The Malacca Centre office floors can be sold individually or as a collective basis
CBRE announced recently that it is launching for sale two office floors – Level 9 and 16 – at Malacca Centre, a 16-storey commercial development strategically located in the heart of Raffles Place at 20 Malacca Street. The sale will be conducted by public tender, which will close on 17 June 2021 at 3pm.
The gross floor area of Level 9 is 1,830 square feet, while that of Level 16 is 2,142 square feet. Both Malacca Centre office floors are currently occupied.
The Malacca Centre office floors can be sold individually or as a collective basis. Indicative prices for Level 9 and Level 16 are S$6 million (or S$3,278 per square foot) and S$6.88 million (or S$3,211 per square foot), respectively. Collectively, the guide price is S$12.88 million (S$3,242 per square foot).
Mr Michael Tay, Head of Capital Markets, Singapore at CBRE said, “Investors continue to show keen interest in Singapore as an investment destination. The strong confidence stems from our city’s economic and political stability, as well as a solid track record of real estate investments that provide growth in capital values. One such asset is strata office spaces which are highly sought after by family offices or high net worth individuals for wealth preservation.”

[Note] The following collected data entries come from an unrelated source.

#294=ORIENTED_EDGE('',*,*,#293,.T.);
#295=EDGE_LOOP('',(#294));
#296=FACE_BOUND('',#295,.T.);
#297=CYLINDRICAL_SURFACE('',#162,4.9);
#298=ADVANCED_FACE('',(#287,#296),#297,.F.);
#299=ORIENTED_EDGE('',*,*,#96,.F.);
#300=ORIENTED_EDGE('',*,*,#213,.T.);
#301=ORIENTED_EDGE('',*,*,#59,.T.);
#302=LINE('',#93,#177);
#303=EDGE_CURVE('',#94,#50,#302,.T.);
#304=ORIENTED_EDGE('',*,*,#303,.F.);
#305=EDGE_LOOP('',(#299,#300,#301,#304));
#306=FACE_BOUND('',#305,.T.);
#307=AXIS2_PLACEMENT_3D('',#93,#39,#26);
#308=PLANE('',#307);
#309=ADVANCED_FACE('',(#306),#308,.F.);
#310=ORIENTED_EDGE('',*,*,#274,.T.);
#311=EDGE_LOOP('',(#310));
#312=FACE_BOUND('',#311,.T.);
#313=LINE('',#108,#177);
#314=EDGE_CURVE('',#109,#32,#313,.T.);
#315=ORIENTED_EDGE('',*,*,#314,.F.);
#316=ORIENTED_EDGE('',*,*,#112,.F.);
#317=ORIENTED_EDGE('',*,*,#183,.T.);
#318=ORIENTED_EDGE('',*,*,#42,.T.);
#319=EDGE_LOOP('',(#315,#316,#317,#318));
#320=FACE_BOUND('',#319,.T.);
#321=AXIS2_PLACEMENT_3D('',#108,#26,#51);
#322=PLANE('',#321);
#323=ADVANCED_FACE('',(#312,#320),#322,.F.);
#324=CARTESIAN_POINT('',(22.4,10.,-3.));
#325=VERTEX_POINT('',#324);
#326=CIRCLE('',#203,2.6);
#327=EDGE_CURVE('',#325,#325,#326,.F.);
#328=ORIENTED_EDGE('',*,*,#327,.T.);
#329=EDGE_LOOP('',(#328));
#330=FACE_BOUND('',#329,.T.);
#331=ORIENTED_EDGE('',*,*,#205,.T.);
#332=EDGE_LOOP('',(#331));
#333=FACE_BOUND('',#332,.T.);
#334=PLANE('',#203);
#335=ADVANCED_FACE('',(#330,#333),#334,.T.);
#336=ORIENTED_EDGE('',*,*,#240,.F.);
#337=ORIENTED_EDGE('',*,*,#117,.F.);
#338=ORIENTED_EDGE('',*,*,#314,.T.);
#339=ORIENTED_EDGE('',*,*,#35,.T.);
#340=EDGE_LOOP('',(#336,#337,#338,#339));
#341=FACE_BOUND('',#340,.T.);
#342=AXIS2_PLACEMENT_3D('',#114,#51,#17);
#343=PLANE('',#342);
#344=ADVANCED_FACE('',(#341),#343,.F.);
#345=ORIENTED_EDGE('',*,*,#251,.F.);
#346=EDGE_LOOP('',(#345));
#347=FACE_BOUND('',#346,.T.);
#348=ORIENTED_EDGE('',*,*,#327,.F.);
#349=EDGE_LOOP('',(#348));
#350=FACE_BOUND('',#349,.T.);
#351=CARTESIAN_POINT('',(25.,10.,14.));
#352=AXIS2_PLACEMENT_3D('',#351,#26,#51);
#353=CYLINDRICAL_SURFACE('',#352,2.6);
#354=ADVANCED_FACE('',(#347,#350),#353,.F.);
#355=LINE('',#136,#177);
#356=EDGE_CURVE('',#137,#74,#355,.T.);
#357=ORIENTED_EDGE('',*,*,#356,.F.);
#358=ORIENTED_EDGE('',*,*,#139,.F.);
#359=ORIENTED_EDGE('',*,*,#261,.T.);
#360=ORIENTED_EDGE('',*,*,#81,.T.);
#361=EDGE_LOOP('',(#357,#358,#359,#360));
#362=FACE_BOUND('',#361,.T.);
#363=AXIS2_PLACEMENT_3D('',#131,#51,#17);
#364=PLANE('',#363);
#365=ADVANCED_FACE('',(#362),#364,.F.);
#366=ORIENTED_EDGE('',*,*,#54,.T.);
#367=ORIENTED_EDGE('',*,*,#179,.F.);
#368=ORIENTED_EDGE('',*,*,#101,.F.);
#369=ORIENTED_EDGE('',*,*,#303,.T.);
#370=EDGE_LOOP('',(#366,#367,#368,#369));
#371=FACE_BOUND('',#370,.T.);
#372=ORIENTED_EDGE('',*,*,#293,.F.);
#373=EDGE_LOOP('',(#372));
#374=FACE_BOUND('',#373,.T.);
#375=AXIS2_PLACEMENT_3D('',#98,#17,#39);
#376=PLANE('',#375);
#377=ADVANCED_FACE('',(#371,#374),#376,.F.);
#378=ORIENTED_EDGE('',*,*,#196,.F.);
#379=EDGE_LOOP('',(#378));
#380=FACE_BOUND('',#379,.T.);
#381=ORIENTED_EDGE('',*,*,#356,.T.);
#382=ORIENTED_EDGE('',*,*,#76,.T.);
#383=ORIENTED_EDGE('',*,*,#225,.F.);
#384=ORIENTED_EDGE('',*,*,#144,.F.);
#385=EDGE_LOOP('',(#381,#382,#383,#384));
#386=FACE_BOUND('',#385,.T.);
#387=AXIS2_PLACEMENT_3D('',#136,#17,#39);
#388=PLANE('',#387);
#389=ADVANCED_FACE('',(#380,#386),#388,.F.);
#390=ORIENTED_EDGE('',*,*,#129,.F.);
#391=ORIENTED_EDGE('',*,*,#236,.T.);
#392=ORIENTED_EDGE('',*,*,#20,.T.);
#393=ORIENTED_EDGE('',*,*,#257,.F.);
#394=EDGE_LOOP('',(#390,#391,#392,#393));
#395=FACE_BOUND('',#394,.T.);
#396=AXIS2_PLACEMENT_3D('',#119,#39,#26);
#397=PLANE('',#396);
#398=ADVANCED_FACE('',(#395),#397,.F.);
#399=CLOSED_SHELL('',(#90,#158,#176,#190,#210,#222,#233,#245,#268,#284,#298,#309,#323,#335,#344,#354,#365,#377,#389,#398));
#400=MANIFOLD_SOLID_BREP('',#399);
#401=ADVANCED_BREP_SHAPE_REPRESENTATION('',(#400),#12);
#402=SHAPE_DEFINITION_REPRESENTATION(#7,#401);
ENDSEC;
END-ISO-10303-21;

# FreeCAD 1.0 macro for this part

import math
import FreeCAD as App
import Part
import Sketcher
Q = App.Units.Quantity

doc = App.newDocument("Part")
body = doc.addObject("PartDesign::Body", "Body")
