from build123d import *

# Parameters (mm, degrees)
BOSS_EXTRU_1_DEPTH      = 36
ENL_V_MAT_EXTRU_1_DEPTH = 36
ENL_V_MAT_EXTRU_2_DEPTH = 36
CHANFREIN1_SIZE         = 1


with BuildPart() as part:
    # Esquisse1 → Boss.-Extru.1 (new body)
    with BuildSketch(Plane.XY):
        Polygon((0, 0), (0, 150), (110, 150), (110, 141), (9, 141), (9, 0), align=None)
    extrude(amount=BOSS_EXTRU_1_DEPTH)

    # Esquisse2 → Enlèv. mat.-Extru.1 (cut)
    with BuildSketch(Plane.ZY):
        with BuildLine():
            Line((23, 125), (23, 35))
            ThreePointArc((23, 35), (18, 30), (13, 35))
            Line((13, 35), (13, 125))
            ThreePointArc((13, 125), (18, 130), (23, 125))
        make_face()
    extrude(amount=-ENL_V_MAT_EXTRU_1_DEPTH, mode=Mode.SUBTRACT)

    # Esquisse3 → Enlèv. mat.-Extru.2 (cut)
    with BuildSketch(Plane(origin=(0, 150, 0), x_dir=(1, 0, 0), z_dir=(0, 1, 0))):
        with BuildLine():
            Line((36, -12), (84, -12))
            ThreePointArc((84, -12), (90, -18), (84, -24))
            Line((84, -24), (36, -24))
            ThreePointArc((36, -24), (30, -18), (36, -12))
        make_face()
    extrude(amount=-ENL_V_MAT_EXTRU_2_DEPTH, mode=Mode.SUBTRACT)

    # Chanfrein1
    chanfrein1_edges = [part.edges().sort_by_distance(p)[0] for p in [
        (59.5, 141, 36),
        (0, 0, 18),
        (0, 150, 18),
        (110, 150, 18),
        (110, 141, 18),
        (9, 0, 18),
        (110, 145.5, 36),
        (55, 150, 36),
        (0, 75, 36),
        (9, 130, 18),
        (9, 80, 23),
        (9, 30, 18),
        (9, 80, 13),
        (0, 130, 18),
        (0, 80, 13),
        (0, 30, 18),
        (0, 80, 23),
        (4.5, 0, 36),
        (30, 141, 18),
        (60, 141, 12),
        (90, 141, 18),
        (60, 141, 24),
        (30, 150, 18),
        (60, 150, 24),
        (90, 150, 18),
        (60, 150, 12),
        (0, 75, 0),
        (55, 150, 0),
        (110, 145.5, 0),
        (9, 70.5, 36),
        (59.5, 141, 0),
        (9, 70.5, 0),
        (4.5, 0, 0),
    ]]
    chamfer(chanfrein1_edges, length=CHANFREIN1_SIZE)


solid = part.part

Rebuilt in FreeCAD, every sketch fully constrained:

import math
import FreeCAD as App
import Part
import Sketcher

V = App.Vector
Q = App.Units.Quantity


def edges_at(feature, points):
    """Names of the edges that pass closest to the given points."""
    edges = feature.Shape.Edges
    near = lambda p: min(range(len(edges)), key=lambda i: edges[i].distToShape(Part.Vertex(*p))[0])
    return sorted({f"Edge{near(p) + 1}" for p in points})

doc = App.newDocument("Part")
body = doc.addObject("PartDesign::Body", "Body")

sketch1 = body.newObject("Sketcher::SketchObject", "Sketch")
sketch1.AttachmentSupport = (doc.getObject("XY_Plane"), [""])
sketch1.MapMode = "FlatFace"
sketch1.addGeometry([
    Part.LineSegment(V(0, 150, 0), V(0, 0, 0)),
    Part.LineSegment(V(0, 0, 0), V(9, 0, 0)),
    Part.LineSegment(V(9, 0, 0), V(9, 141, 0)),
    Part.LineSegment(V(9, 141, 0), V(110, 141, 0)),
    Part.LineSegment(V(110, 141, 0), V(110, 150, 0)),
    Part.LineSegment(V(110, 150, 0), V(0, 150, 0)),
], False)
sketch1.addConstraint([
    Sketcher.Constraint("Coincident", 0, 2, 1, 1),
    Sketcher.Constraint("Coincident", 1, 2, 2, 1),
    Sketcher.Constraint("Coincident", 2, 2, 3, 1),
    Sketcher.Constraint("Coincident", 3, 2, 4, 1),
    Sketcher.Constraint("Coincident", 4, 2, 5, 1),
    Sketcher.Constraint("Coincident", 5, 2, 0, 1),
    Sketcher.Constraint("Vertical", 0),
    Sketcher.Constraint("Horizontal", 1),
    Sketcher.Constraint("Vertical", 2),
    Sketcher.Constraint("Horizontal", 3),
    Sketcher.Constraint("Vertical", 4),
    Sketcher.Constraint("Horizontal", 5),
    Sketcher.Constraint("Coincident", 0, 2, -1, 1),
    Sketcher.Constraint("Equal", 1, 4),
    Sketcher.Constraint("DistanceX", 1, 1, 1, 2, Q("9 mm")),
    Sketcher.Constraint("DistanceX", 3, 1, 3, 2, Q("101 mm")),
    Sketcher.Constraint("DistanceY", 0, 2, 0, 1, Q("150 mm")),
])
pad1 = body.newObject("PartDesign::Pad", "Pad")
pad1.Profile = sketch1
pad1.Length = 36

sketch2 = body.newObject("Sketcher::SketchObject", "Sketch001")
sketch2.AttachmentSupport = (doc.getObject("YZ_Plane"), [""])
sketch2.MapMode = "FlatFace"
sketch2.addGeometry([
    Part.LineSegment(V(35, 23, 0), V(125, 23, 0)),
    Part.ArcOfCircle(Part.Circle(V(125, 18, 0), V(0, 0, 1), 5), math.radians(-90), math.radians(90)),
    Part.LineSegment(V(125, 13, 0), V(35, 13, 0)),
    Part.ArcOfCircle(Part.Circle(V(35, 18, 0), V(0, 0, 1), 5), math.radians(90), math.radians(270)),
], False)
sketch2.addConstraint([
    Sketcher.Constraint("Tangent", 0, 2, 1, 2),
    Sketcher.Constraint("Tangent", 1, 1, 2, 1),
    Sketcher.Constraint("Tangent", 2, 2, 3, 2),
    Sketcher.Constraint("Tangent", 3, 1, 0, 1),
    Sketcher.Constraint("Horizontal", 0),
    Sketcher.Constraint("Horizontal", 2),
    Sketcher.Constraint("Radius", 1, Q("5 mm")),
    Sketcher.Constraint("DistanceX", 0, 1, 0, 2, Q("90 mm")),
    Sketcher.Constraint("DistanceX", -1, 1, 1, 3, Q("125 mm")),
    Sketcher.Constraint("DistanceY", -1, 1, 1, 3, Q("18 mm")),
])
pocket1 = body.newObject("PartDesign::Pocket", "Pocket")
pocket1.Profile = sketch2
pocket1.Length = 36
pocket1.Reversed = True

sketch3 = body.newObject("Sketcher::SketchObject", "Sketch002")
sketch3.AttachmentSupport = (doc.getObject("XZ_Plane"), [""])
sketch3.MapMode = "FlatFace"
sketch3.AttachmentOffset = App.Placement(V(0, 0, -150), App.Rotation())
sketch3.addGeometry([
    Part.LineSegment(V(84, 12, 0), V(36, 12, 0)),
    Part.ArcOfCircle(Part.Circle(V(36, 18, 0), V(0, 0, 1), 6), math.radians(90), math.radians(270)),
    Part.LineSegment(V(36, 24, 0), V(84, 24, 0)),
    Part.ArcOfCircle(Part.Circle(V(84, 18, 0), V(0, 0, 1), 6), math.radians(-90), math.radians(90)),
], False)
sketch3.addConstraint([
    Sketcher.Constraint("Tangent", 0, 2, 1, 2),
    Sketcher.Constraint("Tangent", 1, 1, 2, 1),
    Sketcher.Constraint("Tangent", 2, 2, 3, 2),
    Sketcher.Constraint("Tangent", 3, 1, 0, 1),
    Sketcher.Constraint("Horizontal", 0),
    Sketcher.Constraint("Horizontal", 2),
    Sketcher.Constraint("Radius", 1, Q("6 mm")),
    Sketcher.Constraint("DistanceX", 0, 2, 0, 1, Q("48 mm")),
    Sketcher.Constraint("DistanceX", -1, 1, 1, 3, Q("36 mm")),
    Sketcher.Constraint("DistanceY", -1, 1, 1, 3, Q("18 mm")),
])
pocket2 = body.newObject("PartDesign::Pocket", "Pocket001")
pocket2.Profile = sketch3
pocket2.Length = 36
pocket2.Reversed = True
doc.recompute()

chamfer = body.newObject("PartDesign::Chamfer", "Chamfer")
chamfer.Base = (pocket2, edges_at(pocket2, [
    (59.5, 141, 36),
    (0, 0, 18),
    (0, 150, 18),
    (110, 150, 18),
    (110, 141, 18),
    (9, 0, 18),
    (110, 145.5, 36),
    (55, 150, 36),
    (0, 75, 36),
    (9, 130, 18),
    (9, 80, 23),
    (9, 30, 18),
    (9, 80, 13),
    (0, 130, 18),
    (0, 80, 13),
    (0, 30, 18),
    (0, 80, 23),
    (4.5, 0, 36),
    (30, 141, 18),
    (60, 141, 12),
    (90, 141, 18),
    (60, 141, 24),
    (30, 150, 18),
    (60, 150, 24),
    (90, 150, 18),
    (60, 150, 12),
    (0, 75, 0),
    (55, 150, 0),
    (110, 145.5, 0),
    (9, 70.5, 36),
    (59.5, 141, 0),
    (9, 70.5, 0),
    (4.5, 0, 0),
]))
chamfer.Size = 1

doc.recompute()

Mr Tay added, “Against a tight office supply for the next three years, we expect investors to continue to keep an eye on this asset class so as to tap into any potential upside opportunities over the long term. Strata office space of freehold/999-year leasehold tenure in the CBD are rarely made available for sale. The last transaction seen at Malacca Centre was in March 2020 when Levels 11 and 12 were transacted for S$ 6.00 million and $5.82 million.”
One of the few 999-year leasehold commercial building that sits just above Raffles Place MRT Interchange, Malacca Centre also features retail units on the ground floor and basement level. The building greatly benefits from the coveted sheltered access to Raffles Place MRT Interchange and Downtown MRT station, as well as to nearby landmarks including Capita Spring, One Raffles Place, Republic Plaza.
He added: “Office usage and demand will be affected after this circuit breaker period is over. There will always be a demand for office space, but investors will be more selective going forward.”
An earlier research by CBRE said that the office rents recovery will come on the back of Ministry of Trade and Industry’s projection that the Singapore economy will grow by 4% to 6% in 2021. Nonetheless, office demand is expected to remain relatively subdued in 1H 2021, as firms will still remain cautious in the wake of the COVID-19 pandemic. Should economic activity and business sentiment recover after the administration of the vaccine by Q3 2021, the office market is well poised to benefit from the gains in employment.
Five new projects are estimated to complete in 2021, which will add another 1.23 million square feet to the entire office stock. Out of these five, there is only one Grade A office development – CapitaSpring, which will add another 0.65 million square feet of office stock to the Grade A (Core CBD) market.
Mr Desmond Sim, Head of Research, Singapore and Southeast Asia, CBRE, says, “Leasing activity is improving, as we understand that there are currently more ongoing negotiations for CapitaSpring which is slated to complete next year. The initial office supply pressure for 2022 has been dissipated due to construction delays, but which augured well for the office market as it provided more time for pre-leasing activities. The future supply that will spread over a longer time horizon allows demand and supply dynamics to recalibrate.”
Although there is a limited supply of new Grade A developments in the pipeline, CBRE Research expects that Grade A (Core CBD) occupancy will face further downward pressure in the early stages of 2021.
Chinese technology and non-bank financial services firms to fuel office rents recovery in 2021
Given Singapore’s political-neutral position and its introduction of new initiatives in terms of policy and tax structures, more Chinese technology firms are displaying strong appetite for expansion within the city.
Office demand in 2021 will also be fueled by non-bank financial services firms such as investment managers and hedge funds. To enforce Singapore’s position as a hub for investment funds, the Monetary Authority of Singapore launched the Variable Capital Companies framework in January 2020.
Office rents recovery on the cards
Through 2020, there was an increase in vacant stock as firms reduced their footprint upon renewal or relocation. A diverse range of industries, namely financial, insurance and technology, also contributed to the looming secondary space in the market.
This resulted in an increase in islandwide office vacancy from 4.5% in Q4 2019 to 6.0% in Q4 2020. With emerging vacancy in the market, there was downward pressure on Grade A (Core CBD) office rents. In Q4 2020, Grade A (Core CBD) office rents corrected for its fourth consecutive quarter, declining at 2.8% q-o-q to S$10.40 per square foot per month. This represented a full year decline of 10.0% in Grade A (Core CBD) office rents, which reversed the rental growth of 6.9% in 2019.